- Theatrical release poster
- Directed by: Albert Herman
- Written by: Jack Jevne
- Produced by: Ralph M. Like
- Starring: Rex Lease Bobby Nelson Blanche Mehaffey
- Cinematography: Arthur Reed
- Edited by: Carl Himm
- Production companies: Stage and Screen Productions
- Distributed by: State Rights Superior Talking Pictures
- Release date: November 1935 (US);
- Running time: 61 minutes
- Country: United States
- Language: English

= The Cowboy and the Bandit =

1935 film directed by Albert Herman

The Cowboy and the Bandit is a 1935 American Western film directed by Albert Herman, starring Rex Lease, Bobby Nelson, and Blanche Mehaffey.

==Cast==
- Rex Lease as Bill
- Bobby Nelson as Bobbie [Barton]
- Blanche Mehaffey (credited as Janet Morgan) as Alice
- Dick Alexander as Scarface
- Adabelle Driver as Mother Alexander Barton
- Bill Patton as Whitey
- Hal Taliaferro (credited as Wally Wales) as Chuck
- William Desmond as Sheriff
- Franklyn Farnum as Dealer
- Art Mix as Luke Short

==Reception==
The Elizabethton Star gave the picture a good review, stating, "This new film is an extra special variety of action thrill drama for it has everything that a feature picture should have: drama, comedy and added to that stunt riding, hair trigger excitement." The felt the performances of Lease, Nelson and Desmond were excellent, and also commended the job of Nelson, Wally Wales, Mix, and Farnum, among several others in the cast.

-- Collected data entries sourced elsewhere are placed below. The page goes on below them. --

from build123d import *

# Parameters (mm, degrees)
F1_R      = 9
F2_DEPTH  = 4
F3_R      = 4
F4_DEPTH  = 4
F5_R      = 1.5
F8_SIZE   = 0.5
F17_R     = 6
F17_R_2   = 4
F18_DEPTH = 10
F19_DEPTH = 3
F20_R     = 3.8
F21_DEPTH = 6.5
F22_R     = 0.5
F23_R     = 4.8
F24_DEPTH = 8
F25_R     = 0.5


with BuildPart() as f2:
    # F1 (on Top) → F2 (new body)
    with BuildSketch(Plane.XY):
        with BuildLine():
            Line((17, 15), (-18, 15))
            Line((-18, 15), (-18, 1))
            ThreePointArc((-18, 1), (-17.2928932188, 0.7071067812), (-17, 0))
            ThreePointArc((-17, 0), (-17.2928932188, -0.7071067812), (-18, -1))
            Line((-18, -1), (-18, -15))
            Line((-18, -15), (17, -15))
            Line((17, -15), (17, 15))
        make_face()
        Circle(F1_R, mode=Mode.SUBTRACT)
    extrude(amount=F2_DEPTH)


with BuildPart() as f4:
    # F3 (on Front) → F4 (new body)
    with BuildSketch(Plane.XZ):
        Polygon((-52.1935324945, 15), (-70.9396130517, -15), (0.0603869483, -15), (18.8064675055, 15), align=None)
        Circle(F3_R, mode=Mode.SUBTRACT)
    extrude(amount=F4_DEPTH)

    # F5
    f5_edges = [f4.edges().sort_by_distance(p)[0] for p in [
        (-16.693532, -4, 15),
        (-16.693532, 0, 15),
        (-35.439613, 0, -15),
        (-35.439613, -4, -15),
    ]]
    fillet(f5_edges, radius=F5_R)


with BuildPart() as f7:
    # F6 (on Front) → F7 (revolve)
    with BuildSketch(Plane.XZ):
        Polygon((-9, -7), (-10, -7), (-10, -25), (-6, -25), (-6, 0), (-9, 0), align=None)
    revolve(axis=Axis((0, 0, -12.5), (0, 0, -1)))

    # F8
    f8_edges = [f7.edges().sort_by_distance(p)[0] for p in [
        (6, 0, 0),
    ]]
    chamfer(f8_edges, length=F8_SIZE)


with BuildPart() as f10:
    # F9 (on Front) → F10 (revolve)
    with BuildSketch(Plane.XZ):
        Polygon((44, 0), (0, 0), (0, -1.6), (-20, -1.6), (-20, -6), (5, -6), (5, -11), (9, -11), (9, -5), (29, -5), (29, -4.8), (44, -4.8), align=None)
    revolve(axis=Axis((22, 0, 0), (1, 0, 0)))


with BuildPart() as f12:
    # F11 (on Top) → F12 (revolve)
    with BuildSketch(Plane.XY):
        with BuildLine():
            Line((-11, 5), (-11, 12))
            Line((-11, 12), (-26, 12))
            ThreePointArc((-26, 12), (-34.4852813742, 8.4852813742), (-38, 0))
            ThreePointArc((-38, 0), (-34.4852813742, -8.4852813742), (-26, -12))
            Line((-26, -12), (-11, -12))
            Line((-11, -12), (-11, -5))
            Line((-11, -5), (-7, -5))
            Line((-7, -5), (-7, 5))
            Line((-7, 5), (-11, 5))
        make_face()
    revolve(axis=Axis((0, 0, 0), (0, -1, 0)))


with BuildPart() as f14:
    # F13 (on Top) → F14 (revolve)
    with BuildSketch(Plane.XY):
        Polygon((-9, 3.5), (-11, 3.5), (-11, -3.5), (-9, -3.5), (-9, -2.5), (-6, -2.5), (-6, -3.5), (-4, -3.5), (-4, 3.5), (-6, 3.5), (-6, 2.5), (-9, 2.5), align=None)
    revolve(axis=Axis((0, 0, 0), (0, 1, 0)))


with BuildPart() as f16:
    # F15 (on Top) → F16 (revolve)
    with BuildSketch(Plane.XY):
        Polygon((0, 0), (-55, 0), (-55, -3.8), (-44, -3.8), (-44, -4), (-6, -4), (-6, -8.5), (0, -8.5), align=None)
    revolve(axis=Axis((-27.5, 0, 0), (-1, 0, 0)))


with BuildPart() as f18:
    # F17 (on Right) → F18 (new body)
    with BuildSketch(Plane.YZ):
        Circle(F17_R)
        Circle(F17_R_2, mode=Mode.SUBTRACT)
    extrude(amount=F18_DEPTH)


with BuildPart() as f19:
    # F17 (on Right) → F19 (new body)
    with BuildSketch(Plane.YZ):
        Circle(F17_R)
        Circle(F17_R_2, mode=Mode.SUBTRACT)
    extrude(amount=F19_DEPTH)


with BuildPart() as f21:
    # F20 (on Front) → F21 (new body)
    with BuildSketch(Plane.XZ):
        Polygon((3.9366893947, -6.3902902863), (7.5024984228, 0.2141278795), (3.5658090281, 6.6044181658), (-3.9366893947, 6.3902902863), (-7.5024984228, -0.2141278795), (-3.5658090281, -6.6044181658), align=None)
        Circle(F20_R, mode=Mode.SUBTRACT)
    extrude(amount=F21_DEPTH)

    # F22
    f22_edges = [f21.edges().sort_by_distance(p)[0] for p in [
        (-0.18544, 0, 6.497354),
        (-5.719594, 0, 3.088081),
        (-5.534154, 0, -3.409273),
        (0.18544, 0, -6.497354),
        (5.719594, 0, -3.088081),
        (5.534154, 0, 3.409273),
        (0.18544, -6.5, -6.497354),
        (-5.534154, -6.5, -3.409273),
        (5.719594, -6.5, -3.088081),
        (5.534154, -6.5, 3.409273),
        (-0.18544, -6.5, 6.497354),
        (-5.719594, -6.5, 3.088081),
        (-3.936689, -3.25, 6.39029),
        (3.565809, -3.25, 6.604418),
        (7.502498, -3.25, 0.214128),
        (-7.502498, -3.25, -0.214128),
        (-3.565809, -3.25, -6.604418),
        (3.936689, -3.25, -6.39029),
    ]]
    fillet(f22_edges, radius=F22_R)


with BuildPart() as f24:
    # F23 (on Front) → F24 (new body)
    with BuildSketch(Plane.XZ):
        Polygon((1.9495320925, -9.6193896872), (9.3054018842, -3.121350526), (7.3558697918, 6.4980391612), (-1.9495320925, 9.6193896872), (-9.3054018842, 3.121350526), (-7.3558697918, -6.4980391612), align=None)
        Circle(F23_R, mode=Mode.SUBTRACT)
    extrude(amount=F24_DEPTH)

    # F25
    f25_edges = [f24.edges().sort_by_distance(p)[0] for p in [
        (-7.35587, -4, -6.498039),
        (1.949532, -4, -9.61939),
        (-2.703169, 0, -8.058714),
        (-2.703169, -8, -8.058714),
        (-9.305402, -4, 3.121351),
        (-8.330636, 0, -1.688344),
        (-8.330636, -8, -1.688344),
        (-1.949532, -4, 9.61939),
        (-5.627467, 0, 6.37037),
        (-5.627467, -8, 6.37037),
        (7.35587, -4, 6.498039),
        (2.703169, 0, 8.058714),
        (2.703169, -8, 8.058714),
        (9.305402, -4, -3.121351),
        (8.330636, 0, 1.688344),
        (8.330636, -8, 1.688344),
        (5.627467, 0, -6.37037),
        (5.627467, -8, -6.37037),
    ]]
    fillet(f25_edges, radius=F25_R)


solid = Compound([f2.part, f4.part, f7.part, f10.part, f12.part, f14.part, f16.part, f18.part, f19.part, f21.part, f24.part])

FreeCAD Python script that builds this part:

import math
import FreeCAD as App
import Part
import Sketcher

V = App.Vector
Q = App.Units.Quantity


def edges_at(feature, points):
    """Names of the edges that pass closest to the given points."""
    edges = feature.Shape.Edges
    near = lambda p: min(range(len(edges)), key=lambda i: edges[i].distToShape(Part.Vertex(*p))[0])
    return sorted({f"Edge{near(p) + 1}" for p in points})

doc = App.newDocument("Part")
body = doc.addObject("PartDesign::Body", "Body")

sketch1 = body.newObject("Sketcher::SketchObject", "Sketch")
sketch1.AttachmentSupport = (doc.getObject("XY_Plane"), [""])
sketch1.MapMode = "FlatFace"
sketch1.addGeometry([
    Part.LineSegment(V(17, 15, 0), V(-18, 15, 0)),
    Part.LineSegment(V(-18, 15, 0), V(-18, 1, 0)),
    Part.ArcOfCircle(Part.Circle(V(-18, 0, 0), V(0, 0, 1), 1), math.radians(0), math.radians(90)),
    Part.ArcOfCircle(Part.Circle(V(-18, 0, 0), V(0, 0, 1), 1), math.radians(-90), math.radians(0)),
    Part.LineSegment(V(-18, -1, 0), V(-18, -15, 0)),
    Part.LineSegment(V(-18, -15, 0), V(17, -15, 0)),
    Part.LineSegment(V(17, -15, 0), V(17, 15, 0)),
    Part.Circle(V(0, 0, 0), V(0, 0, 1), 9),
], False)
sketch1.addConstraint([
    Sketcher.Constraint("Coincident", 0, 2, 1, 1),
    Sketcher.Constraint("Coincident", 1, 2, 2, 2),
    Sketcher.Constraint("Tangent", 2, 1, 3, 2),
    Sketcher.Constraint("Coincident", 3, 1, 4, 1),
    Sketcher.Constraint("Coincident", 4, 2, 5, 1),
    Sketcher.Constraint("Coincident", 5, 2, 6, 1),
    Sketcher.Constraint("Coincident", 6, 2, 0, 1),
    Sketcher.Constraint("Horizontal", 0),
    Sketcher.Constraint("Vertical", 1),
    Sketcher.Constraint("Vertical", 4),
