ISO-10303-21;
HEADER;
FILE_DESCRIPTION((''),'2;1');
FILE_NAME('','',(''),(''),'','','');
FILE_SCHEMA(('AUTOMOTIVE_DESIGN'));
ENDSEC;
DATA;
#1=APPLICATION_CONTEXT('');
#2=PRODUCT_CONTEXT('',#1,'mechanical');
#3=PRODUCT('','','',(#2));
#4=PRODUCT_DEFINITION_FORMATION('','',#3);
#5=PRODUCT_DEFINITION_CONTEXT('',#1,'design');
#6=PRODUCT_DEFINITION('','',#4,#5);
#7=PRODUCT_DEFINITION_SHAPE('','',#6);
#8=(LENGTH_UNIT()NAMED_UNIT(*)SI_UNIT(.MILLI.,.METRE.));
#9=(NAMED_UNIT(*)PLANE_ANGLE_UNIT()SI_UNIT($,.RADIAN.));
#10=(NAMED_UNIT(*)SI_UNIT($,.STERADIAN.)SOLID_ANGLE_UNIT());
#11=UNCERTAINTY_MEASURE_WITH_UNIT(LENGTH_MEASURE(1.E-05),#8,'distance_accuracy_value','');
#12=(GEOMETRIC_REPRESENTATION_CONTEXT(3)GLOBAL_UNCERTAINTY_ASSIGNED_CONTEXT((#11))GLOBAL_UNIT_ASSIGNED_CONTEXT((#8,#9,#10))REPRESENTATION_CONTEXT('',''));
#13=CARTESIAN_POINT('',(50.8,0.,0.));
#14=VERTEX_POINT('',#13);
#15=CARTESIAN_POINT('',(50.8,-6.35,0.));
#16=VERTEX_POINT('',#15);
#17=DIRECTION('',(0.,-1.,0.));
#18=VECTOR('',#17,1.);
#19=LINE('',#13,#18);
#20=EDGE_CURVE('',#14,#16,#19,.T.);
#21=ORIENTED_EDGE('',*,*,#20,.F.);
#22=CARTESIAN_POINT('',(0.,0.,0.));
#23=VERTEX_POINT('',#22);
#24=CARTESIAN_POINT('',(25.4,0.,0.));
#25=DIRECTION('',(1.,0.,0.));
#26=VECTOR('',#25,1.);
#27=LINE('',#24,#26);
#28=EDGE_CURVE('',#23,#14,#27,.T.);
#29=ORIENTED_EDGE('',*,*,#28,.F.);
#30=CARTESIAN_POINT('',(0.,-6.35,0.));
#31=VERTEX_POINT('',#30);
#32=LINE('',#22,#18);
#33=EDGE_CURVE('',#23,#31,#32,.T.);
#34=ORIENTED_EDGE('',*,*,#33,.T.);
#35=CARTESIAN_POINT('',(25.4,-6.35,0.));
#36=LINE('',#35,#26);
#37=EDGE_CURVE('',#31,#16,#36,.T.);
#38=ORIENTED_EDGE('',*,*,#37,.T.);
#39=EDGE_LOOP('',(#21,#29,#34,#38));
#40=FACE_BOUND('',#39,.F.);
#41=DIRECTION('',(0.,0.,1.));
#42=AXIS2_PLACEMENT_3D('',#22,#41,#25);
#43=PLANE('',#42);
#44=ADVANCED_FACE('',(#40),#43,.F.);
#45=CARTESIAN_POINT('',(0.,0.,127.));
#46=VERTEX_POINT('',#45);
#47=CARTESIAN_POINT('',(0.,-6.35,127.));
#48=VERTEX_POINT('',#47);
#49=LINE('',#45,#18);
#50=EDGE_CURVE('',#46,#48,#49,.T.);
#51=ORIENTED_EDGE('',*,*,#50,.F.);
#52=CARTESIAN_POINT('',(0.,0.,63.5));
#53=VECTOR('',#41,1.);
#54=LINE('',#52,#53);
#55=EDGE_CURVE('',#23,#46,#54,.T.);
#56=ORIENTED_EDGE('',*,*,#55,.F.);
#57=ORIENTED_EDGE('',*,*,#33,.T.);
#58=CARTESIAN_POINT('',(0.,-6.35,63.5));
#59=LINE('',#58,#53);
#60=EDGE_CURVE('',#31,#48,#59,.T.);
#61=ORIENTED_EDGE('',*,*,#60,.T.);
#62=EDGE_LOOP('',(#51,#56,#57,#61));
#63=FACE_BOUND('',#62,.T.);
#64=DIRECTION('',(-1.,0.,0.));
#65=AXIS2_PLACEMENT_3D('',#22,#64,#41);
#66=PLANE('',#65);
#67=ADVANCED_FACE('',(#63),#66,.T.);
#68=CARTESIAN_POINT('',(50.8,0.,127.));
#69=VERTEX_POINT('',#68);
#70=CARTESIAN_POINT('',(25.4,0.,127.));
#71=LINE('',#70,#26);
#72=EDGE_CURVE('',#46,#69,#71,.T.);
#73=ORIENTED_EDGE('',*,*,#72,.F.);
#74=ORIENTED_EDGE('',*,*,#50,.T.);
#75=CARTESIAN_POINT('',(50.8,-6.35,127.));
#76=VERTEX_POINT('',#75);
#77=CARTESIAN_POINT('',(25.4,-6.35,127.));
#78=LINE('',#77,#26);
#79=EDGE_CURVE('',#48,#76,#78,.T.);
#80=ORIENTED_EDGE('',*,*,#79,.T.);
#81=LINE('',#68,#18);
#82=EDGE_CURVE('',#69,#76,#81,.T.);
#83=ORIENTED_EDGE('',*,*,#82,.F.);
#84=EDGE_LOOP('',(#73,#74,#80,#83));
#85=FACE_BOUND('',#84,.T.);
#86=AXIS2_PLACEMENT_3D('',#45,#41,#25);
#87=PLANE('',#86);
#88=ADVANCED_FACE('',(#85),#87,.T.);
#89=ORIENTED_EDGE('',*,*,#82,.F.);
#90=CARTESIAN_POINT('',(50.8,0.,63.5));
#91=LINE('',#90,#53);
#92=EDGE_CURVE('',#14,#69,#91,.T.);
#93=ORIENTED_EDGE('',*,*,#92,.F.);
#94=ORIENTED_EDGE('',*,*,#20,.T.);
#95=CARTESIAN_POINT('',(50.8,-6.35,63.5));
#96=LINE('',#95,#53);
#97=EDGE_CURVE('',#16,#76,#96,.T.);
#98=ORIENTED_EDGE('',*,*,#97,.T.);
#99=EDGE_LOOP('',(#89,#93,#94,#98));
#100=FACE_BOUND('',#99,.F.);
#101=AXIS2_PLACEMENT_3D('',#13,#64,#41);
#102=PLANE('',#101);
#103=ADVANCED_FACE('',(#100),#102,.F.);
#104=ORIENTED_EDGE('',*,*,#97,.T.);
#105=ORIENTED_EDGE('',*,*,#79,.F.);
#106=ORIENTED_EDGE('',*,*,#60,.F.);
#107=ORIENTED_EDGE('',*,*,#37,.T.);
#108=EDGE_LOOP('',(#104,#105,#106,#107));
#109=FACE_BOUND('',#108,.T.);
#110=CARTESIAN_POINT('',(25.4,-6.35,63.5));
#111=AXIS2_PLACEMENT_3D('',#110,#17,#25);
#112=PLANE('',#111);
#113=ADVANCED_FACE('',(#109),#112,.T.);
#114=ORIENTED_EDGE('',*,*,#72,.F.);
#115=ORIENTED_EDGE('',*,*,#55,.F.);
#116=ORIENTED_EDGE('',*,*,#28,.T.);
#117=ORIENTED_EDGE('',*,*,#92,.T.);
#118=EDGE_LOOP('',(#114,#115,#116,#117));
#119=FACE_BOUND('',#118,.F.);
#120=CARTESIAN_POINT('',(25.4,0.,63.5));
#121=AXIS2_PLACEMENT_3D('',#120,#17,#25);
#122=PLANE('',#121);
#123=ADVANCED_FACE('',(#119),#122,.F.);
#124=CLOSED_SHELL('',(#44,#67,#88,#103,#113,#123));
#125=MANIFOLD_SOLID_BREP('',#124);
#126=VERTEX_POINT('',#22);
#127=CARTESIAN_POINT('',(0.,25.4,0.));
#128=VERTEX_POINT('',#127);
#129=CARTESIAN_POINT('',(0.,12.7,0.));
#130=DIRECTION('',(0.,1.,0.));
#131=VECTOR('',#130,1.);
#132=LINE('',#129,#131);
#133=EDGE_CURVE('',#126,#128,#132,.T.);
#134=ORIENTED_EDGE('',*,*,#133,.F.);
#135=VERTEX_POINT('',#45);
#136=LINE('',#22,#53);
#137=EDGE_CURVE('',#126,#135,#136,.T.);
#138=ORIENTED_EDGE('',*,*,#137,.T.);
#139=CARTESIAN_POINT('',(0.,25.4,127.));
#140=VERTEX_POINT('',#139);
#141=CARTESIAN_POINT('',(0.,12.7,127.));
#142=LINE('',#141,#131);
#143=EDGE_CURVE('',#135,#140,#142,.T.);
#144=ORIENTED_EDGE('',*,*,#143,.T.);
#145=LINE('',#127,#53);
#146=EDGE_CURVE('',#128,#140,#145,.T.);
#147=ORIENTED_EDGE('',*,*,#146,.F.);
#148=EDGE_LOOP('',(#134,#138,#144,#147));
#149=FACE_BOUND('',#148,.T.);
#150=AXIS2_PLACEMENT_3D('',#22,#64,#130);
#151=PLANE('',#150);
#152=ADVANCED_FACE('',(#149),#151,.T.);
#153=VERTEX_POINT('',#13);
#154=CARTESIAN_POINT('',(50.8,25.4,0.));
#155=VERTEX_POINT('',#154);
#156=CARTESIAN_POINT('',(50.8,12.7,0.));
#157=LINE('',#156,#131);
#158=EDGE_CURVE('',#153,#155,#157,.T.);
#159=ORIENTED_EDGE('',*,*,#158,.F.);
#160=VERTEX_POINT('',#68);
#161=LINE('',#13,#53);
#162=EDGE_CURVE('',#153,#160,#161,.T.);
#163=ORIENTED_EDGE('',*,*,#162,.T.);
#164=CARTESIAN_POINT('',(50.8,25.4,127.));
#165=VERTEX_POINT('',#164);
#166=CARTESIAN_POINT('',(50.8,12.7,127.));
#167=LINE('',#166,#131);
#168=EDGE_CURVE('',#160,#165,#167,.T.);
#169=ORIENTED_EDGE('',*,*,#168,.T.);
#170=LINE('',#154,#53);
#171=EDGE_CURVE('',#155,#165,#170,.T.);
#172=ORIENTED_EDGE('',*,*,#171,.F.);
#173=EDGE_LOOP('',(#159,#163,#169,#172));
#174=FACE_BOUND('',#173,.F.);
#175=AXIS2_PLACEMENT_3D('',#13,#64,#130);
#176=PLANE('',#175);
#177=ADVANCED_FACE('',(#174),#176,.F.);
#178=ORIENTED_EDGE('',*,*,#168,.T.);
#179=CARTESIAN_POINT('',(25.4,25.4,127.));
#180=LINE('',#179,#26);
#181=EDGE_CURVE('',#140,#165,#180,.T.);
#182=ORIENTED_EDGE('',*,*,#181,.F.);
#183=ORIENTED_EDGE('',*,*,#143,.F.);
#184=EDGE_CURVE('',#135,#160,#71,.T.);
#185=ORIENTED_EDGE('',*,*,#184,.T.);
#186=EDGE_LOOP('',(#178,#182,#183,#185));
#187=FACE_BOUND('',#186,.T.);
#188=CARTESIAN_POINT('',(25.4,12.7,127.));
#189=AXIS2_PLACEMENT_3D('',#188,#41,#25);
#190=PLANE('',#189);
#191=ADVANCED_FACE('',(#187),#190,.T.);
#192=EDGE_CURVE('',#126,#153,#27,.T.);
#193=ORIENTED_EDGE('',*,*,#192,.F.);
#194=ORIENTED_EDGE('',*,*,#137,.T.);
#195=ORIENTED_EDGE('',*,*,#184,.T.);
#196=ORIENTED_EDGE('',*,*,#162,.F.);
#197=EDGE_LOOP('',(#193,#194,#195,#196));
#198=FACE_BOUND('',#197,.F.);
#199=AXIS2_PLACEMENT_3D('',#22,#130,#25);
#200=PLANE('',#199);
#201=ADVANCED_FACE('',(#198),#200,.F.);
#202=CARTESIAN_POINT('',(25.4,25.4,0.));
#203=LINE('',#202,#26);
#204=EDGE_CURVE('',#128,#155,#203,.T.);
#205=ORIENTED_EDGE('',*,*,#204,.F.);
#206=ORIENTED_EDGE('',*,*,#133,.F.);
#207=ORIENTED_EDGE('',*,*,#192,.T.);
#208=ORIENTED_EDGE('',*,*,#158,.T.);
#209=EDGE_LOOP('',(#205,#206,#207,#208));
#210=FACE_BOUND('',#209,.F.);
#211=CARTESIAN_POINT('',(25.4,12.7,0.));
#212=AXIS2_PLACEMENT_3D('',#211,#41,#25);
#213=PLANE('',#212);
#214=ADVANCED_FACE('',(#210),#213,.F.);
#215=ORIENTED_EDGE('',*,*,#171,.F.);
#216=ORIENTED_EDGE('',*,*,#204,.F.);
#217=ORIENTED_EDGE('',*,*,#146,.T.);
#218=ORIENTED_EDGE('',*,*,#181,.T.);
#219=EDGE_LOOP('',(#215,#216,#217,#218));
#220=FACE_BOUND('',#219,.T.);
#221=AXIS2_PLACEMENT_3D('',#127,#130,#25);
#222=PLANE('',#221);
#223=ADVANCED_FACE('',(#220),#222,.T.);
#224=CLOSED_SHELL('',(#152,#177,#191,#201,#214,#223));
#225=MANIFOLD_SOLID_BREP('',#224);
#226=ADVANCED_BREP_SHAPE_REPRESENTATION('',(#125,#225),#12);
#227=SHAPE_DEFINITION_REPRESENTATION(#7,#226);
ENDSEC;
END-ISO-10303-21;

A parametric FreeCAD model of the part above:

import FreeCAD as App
import Part
import Sketcher
Q = App.Units.Quantity

doc = App.newDocument("Part")
body = doc.addObject("PartDesign::Body", "Body")

# Sketch on XY plane
sketch1 = doc.addObject("Sketcher::SketchObject", "Sketch")
body.addObject(sketch1)
sketch1.AttachmentSupport = (doc.XY_Plane, [""])
sketch1.MapMode = "FlatFace"
sketch1.addGeometry([
    Part.LineSegment(App.Vector(0, 25, 0), App.Vector(0, 0, 0)),
    Part.LineSegment(App.Vector(0, 0, 0), App.Vector(51, 0, 0)),
    Part.LineSegment(App.Vector(51, 0, 0), App.Vector(51, 25, 0)),
    Part.LineSegment(App.Vector(51, 25, 0), App.Vector(0, 25, 0)),
], False)
sketch1.addConstraint([
    Sketcher.Constraint("Coincident", 0, 2, 1, 1),
    Sketcher.Constraint("Coincident", 1, 2, 2, 1),
    Sketcher.Constraint("Coincident", 2, 2, 3, 1),
    Sketcher.Constraint("Coincident", 3, 2, 0, 1),
    Sketcher.Constraint("Vertical", 0),
    Sketcher.Constraint("Horizontal", 1),
    Sketcher.Constraint("Vertical", 2),
    Sketcher.Constraint("Horizontal", 3),
    Sketcher.Constraint("Coincident", 0, 2, -1, 1),
    Sketcher.Constraint("DistanceX", 1, 1, 1, 2, Q("2 in")),
    Sketcher.Constraint("DistanceY", 0, 2, 0, 1, Q("1 in")),
])
pad1 = doc.addObject("PartDesign::Pad", "Pad")
body.addObject(pad1)
pad1.Profile = sketch1
pad1.Length = Q("5 in")
body2 = doc.addObject("PartDesign::Body", "Body001")

# Sketch on XZ plane
sketch2 = doc.addObject("Sketcher::SketchObject", "Sketch001")
body2.addObject(sketch2)
sketch2.AttachmentSupport = (doc.getObject("XZ_Plane001"), [""])
sketch2.MapMode = "FlatFace"
sketch2.addGeometry([
    Part.LineSegment(App.Vector(0, 127, 0), App.Vector(0, 0, 0)),
    Part.LineSegment(App.Vector(0, 0, 0), App.Vector(51, 0, 0)),
    Part.LineSegment(App.Vector(51, 0, 0), App.Vector(51, 127, 0)),
    Part.LineSegment(App.Vector(51, 127, 0), App.Vector(0, 127, 0)),
], False)
sketch2.addConstraint([
    Sketcher.Constraint("Coincident", 0, 2, 1, 1),
    Sketcher.Constraint("Coincident", 1, 2, 2, 1),
    Sketcher.Constraint("Coincident", 2, 2, 3, 1),
    Sketcher.Constraint("Coincident", 3, 2, 0, 1),
    Sketcher.Constraint("Vertical", 0),
    Sketcher.Constraint("Horizontal", 1),
    Sketcher.Constraint("Vertical", 2),
    Sketcher.Constraint("Horizontal", 3),
    Sketcher.Constraint("Coincident", 0, 2, -1, 1),
    Sketcher.Constraint("DistanceX", 1, 1, 1, 2, Q("2 in")),
    Sketcher.Constraint("DistanceY", 0, 2, 0, 1, Q("5 in")),
])
pad2 = doc.addObject("PartDesign::Pad", "Pad001")
body2.addObject(pad2)
pad2.Profile = sketch2
pad2.Length = Q("0.25 in")

doc.recompute()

They also commended the story by Jevne. The Herald-Palladium also gave the film a good review. They called Jevne's script, "well constructed", stating that he did well to get "away from the usual trite Western themes". They complimented Herman's direction, and complimented the acting of Nelson, Potel and Morgan. They called the film, "one of the best pictures of its type that has come out of Hollywood in a long, long time." The Anniston Star gave the film a good review as well, stating that Jevne's script was a "well constructed plot".